Dataset entries -

- Opening Delimiter -

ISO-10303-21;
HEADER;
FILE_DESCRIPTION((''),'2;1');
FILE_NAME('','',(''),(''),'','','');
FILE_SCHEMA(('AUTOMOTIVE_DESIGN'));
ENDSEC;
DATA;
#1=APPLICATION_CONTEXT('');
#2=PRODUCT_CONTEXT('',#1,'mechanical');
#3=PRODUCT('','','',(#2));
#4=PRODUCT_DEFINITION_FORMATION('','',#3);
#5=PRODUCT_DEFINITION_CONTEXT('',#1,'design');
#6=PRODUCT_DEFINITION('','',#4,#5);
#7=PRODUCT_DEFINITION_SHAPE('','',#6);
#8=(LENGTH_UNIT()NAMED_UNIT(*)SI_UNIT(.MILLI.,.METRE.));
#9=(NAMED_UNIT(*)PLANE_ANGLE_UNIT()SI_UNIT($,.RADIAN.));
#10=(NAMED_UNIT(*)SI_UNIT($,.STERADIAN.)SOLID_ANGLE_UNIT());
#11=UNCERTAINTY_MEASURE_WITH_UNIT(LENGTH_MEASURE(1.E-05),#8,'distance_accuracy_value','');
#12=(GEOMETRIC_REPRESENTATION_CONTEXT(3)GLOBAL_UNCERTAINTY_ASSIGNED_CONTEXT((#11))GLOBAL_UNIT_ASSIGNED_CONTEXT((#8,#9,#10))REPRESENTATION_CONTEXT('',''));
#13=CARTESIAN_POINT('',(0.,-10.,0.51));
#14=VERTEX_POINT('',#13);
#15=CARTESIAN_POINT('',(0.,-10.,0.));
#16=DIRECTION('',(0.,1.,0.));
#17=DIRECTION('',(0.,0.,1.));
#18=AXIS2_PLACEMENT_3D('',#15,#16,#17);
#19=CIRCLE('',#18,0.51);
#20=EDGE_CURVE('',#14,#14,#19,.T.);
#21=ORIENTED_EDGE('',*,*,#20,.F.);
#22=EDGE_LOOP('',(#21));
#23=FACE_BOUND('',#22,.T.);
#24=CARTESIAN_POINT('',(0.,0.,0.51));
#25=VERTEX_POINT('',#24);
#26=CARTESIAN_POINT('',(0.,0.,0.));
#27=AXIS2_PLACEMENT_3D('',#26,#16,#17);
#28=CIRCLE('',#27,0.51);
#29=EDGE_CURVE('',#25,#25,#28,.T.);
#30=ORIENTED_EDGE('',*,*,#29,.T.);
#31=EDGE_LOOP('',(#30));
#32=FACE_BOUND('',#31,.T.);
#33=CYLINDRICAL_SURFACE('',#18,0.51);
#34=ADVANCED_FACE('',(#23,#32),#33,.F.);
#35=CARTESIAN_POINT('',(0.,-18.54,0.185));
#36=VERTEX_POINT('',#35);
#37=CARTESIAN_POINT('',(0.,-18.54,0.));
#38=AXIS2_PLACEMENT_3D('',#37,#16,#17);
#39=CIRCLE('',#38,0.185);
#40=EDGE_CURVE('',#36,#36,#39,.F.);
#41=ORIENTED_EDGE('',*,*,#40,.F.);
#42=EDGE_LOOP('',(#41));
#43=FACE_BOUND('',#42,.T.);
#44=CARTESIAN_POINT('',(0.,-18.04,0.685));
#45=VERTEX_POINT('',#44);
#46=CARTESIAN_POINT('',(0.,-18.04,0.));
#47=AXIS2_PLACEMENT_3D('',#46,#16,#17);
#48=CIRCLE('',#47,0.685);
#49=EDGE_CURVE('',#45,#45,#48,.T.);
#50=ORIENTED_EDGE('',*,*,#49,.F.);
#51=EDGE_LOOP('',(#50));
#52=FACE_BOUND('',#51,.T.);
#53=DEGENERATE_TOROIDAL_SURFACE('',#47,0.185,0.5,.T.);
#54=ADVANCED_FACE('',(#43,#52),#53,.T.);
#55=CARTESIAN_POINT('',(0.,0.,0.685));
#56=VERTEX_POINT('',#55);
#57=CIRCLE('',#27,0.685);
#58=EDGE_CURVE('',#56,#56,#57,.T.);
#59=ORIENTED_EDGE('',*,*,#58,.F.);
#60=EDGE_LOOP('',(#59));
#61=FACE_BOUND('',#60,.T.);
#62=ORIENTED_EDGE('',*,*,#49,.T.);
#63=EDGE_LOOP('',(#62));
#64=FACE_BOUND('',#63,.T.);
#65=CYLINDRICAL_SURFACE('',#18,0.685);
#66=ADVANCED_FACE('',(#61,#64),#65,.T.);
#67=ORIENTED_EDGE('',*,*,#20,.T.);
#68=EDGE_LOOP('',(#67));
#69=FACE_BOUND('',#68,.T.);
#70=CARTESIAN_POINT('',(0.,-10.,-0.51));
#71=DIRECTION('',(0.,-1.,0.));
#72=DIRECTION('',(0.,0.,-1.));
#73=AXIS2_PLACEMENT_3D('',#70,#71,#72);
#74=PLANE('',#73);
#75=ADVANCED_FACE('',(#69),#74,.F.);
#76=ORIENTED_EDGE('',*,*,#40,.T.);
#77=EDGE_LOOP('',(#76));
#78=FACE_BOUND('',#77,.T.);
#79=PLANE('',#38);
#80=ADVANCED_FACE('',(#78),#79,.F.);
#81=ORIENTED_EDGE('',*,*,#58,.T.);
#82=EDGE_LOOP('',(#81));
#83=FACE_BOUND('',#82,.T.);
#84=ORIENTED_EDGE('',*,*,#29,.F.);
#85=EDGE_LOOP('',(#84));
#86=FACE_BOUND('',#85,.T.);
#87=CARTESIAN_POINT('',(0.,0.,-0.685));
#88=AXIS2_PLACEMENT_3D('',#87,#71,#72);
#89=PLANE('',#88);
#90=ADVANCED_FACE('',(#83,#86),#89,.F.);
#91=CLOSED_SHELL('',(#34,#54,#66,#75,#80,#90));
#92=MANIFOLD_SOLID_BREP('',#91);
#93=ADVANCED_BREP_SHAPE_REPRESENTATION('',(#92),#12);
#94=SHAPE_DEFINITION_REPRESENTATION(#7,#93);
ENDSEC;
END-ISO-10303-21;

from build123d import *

# Parameters (mm, degrees)
FILLET1_R = 0.5


with BuildPart() as part:
    # Sketch1 → Revolve1 (revolve)
    with BuildSketch(Plane(origin=(0, 0, 0), x_dir=(0, 0, -1), z_dir=(1, 0, 0)), mode=Mode.PRIVATE) as revolve1_sk:
        Polygon((0.51, 0), (0.51, -10), (0, -10), (0, -18.54), (0.685, -18.54), (0.685, 0), align=None)
    revolve(revolve1_sk.sketch.rotate(Axis((0, -10, 0), (0, -1, 0)), 180), axis=Axis((0, -10, 0), (0, -1, 0)))

    # Fillet1
    fillet1_edges = [part.edges().sort_by_distance(p)[0] for p in [
        (0, -18.54, -0.685),
    ]]
    fillet(fillet1_edges, radius=FILLET1_R)


solid = part.part
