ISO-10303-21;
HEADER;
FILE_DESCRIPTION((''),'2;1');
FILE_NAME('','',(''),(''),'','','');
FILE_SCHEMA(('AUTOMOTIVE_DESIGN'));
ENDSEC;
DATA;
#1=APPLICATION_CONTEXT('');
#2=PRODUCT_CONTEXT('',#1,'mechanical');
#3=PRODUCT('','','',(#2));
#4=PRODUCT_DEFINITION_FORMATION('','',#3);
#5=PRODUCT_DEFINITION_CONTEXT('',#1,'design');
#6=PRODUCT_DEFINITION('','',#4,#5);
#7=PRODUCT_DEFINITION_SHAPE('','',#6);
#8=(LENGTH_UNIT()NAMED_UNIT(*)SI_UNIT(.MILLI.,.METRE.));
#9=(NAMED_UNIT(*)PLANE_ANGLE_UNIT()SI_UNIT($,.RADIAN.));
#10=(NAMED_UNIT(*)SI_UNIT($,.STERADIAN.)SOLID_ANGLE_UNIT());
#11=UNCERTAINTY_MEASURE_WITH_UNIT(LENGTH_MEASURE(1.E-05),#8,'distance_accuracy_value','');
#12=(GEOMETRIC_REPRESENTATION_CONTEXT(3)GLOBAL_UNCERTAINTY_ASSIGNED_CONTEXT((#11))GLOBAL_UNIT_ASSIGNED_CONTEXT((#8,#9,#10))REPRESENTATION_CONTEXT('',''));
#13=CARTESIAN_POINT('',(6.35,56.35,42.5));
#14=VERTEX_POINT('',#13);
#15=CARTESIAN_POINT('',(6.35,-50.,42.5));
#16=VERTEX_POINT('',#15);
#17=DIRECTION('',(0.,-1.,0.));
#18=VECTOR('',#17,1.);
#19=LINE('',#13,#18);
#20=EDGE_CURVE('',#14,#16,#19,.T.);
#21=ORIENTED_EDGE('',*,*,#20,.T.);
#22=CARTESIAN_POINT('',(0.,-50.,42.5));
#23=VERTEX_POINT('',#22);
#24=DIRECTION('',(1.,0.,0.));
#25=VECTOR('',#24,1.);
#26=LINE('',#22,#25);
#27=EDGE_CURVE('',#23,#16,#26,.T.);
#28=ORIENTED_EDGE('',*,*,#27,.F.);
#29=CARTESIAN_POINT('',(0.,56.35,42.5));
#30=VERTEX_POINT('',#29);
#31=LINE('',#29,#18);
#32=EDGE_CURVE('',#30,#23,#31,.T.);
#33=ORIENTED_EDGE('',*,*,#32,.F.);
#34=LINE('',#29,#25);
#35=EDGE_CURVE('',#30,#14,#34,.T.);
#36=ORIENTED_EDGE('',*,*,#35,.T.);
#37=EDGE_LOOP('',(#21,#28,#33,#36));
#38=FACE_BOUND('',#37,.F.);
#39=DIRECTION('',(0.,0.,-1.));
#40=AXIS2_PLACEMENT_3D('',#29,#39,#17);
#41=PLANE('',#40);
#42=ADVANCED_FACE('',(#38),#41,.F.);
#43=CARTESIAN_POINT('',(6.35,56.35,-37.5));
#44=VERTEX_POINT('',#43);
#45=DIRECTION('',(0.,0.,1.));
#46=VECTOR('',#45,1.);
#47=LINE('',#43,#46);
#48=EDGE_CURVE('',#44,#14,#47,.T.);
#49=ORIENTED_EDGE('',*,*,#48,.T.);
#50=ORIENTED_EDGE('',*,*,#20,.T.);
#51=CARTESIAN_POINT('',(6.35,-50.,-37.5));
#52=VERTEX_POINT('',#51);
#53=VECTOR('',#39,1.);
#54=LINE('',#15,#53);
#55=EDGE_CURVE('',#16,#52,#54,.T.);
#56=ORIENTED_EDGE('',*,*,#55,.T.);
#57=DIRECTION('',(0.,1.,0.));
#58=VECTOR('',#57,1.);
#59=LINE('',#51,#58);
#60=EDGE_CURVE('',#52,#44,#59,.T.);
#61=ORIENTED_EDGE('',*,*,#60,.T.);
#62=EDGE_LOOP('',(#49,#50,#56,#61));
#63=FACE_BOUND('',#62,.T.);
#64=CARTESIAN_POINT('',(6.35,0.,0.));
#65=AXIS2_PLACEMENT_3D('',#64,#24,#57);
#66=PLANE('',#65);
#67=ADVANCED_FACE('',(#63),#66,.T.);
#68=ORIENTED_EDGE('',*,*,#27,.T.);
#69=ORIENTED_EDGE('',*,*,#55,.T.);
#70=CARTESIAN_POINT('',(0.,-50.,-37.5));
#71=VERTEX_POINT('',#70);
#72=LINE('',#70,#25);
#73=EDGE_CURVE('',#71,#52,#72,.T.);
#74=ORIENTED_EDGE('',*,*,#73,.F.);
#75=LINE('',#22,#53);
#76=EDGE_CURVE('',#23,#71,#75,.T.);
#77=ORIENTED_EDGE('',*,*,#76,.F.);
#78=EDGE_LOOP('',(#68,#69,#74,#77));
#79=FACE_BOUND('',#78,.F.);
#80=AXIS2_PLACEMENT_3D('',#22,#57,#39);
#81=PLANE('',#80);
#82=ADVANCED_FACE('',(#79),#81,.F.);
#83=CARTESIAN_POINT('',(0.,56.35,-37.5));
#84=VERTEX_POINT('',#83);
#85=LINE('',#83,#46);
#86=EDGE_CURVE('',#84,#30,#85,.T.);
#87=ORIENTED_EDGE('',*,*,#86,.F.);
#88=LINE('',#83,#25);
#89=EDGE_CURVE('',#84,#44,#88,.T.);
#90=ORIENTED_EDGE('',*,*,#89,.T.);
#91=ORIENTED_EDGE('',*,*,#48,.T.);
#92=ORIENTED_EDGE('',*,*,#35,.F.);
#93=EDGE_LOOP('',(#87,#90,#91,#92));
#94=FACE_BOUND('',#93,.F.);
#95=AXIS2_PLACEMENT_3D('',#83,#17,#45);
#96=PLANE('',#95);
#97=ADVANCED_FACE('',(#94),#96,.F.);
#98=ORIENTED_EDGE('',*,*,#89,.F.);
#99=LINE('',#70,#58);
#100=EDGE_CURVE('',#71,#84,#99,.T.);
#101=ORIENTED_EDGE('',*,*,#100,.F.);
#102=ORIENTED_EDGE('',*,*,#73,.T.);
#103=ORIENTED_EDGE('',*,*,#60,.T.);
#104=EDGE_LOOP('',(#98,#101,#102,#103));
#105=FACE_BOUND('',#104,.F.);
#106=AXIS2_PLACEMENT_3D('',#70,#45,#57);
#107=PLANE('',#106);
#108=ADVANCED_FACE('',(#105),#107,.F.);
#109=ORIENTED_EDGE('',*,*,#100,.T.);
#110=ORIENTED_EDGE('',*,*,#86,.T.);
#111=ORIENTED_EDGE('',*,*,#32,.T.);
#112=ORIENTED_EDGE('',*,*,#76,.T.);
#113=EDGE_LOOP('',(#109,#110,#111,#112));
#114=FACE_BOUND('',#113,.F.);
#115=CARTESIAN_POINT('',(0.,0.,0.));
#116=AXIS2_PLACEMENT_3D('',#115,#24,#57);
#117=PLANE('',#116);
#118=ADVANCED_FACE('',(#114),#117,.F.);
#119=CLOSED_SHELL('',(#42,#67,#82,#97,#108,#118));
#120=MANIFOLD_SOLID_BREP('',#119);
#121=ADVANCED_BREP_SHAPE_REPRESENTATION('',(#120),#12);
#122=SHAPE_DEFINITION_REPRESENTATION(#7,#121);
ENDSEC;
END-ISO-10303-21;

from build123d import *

# Parameters (mm, degrees)
F0_W     = 100
F0_H     = 75
F0_R     = 2.3876
F0_W_2   = 6.35
F1_DEPTH = 6.35


with BuildPart() as f1:
    # F0 (on Right) → F1 (new body)
    with BuildSketch(Plane.YZ):
        Rectangle(F0_W, F0_H)
        with Locations((-42.38, -27.5)):
            Circle(F0_R, mode=Mode.SUBTRACT)
        with Locations((-36.3856, -27.5)):
            Circle(F0_R, mode=Mode.SUBTRACT)
        with Locations((53.175, 0)):
            Rectangle(F0_W_2, F0_H)
        Polygon((-50, 37.5), (50, 37.5), (56.35, 37.5), (56.35, 42.5), (-50, 42.5), align=None)
        with Locations((-42.38, -27.5)):
            Circle(F0_R)
        with Locations((-36.3856, -27.5)):
            Circle(F0_R)
    extrude(amount=F1_DEPTH)


solid = f1.part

- Closing Delimiter -

Only one stretch of the entries above is wanted: the lines from the one containing "#45=VERTEX_POINT('',#44);" through the one containing "#68=EDGE_LOOP('',(#67));". Please reproduce it exactly.

#45=VERTEX_POINT('',#44);
#46=CARTESIAN_POINT('',(0.,-18.04,0.));
#47=AXIS2_PLACEMENT_3D('',#46,#16,#17);
#48=CIRCLE('',#47,0.685);
#49=EDGE_CURVE('',#45,#45,#48,.T.);
#50=ORIENTED_EDGE('',*,*,#49,.F.);
#51=EDGE_LOOP('',(#50));
#52=FACE_BOUND('',#51,.T.);
#53=DEGENERATE_TOROIDAL_SURFACE('',#47,0.185,0.5,.T.);
#54=ADVANCED_FACE('',(#43,#52),#53,.T.);
#55=CARTESIAN_POINT('',(0.,0.,0.685));
#56=VERTEX_POINT('',#55);
#57=CIRCLE('',#27,0.685);
#58=EDGE_CURVE('',#56,#56,#57,.T.);
#59=ORIENTED_EDGE('',*,*,#58,.F.);
#60=EDGE_LOOP('',(#59));
#61=FACE_BOUND('',#60,.T.);
#62=ORIENTED_EDGE('',*,*,#49,.T.);
#63=EDGE_LOOP('',(#62));
#64=FACE_BOUND('',#63,.T.);
#65=CYLINDRICAL_SURFACE('',#18,0.685);
#66=ADVANCED_FACE('',(#61,#64),#65,.T.);
#67=ORIENTED_EDGE('',*,*,#20,.T.);
#68=EDGE_LOOP('',(#67));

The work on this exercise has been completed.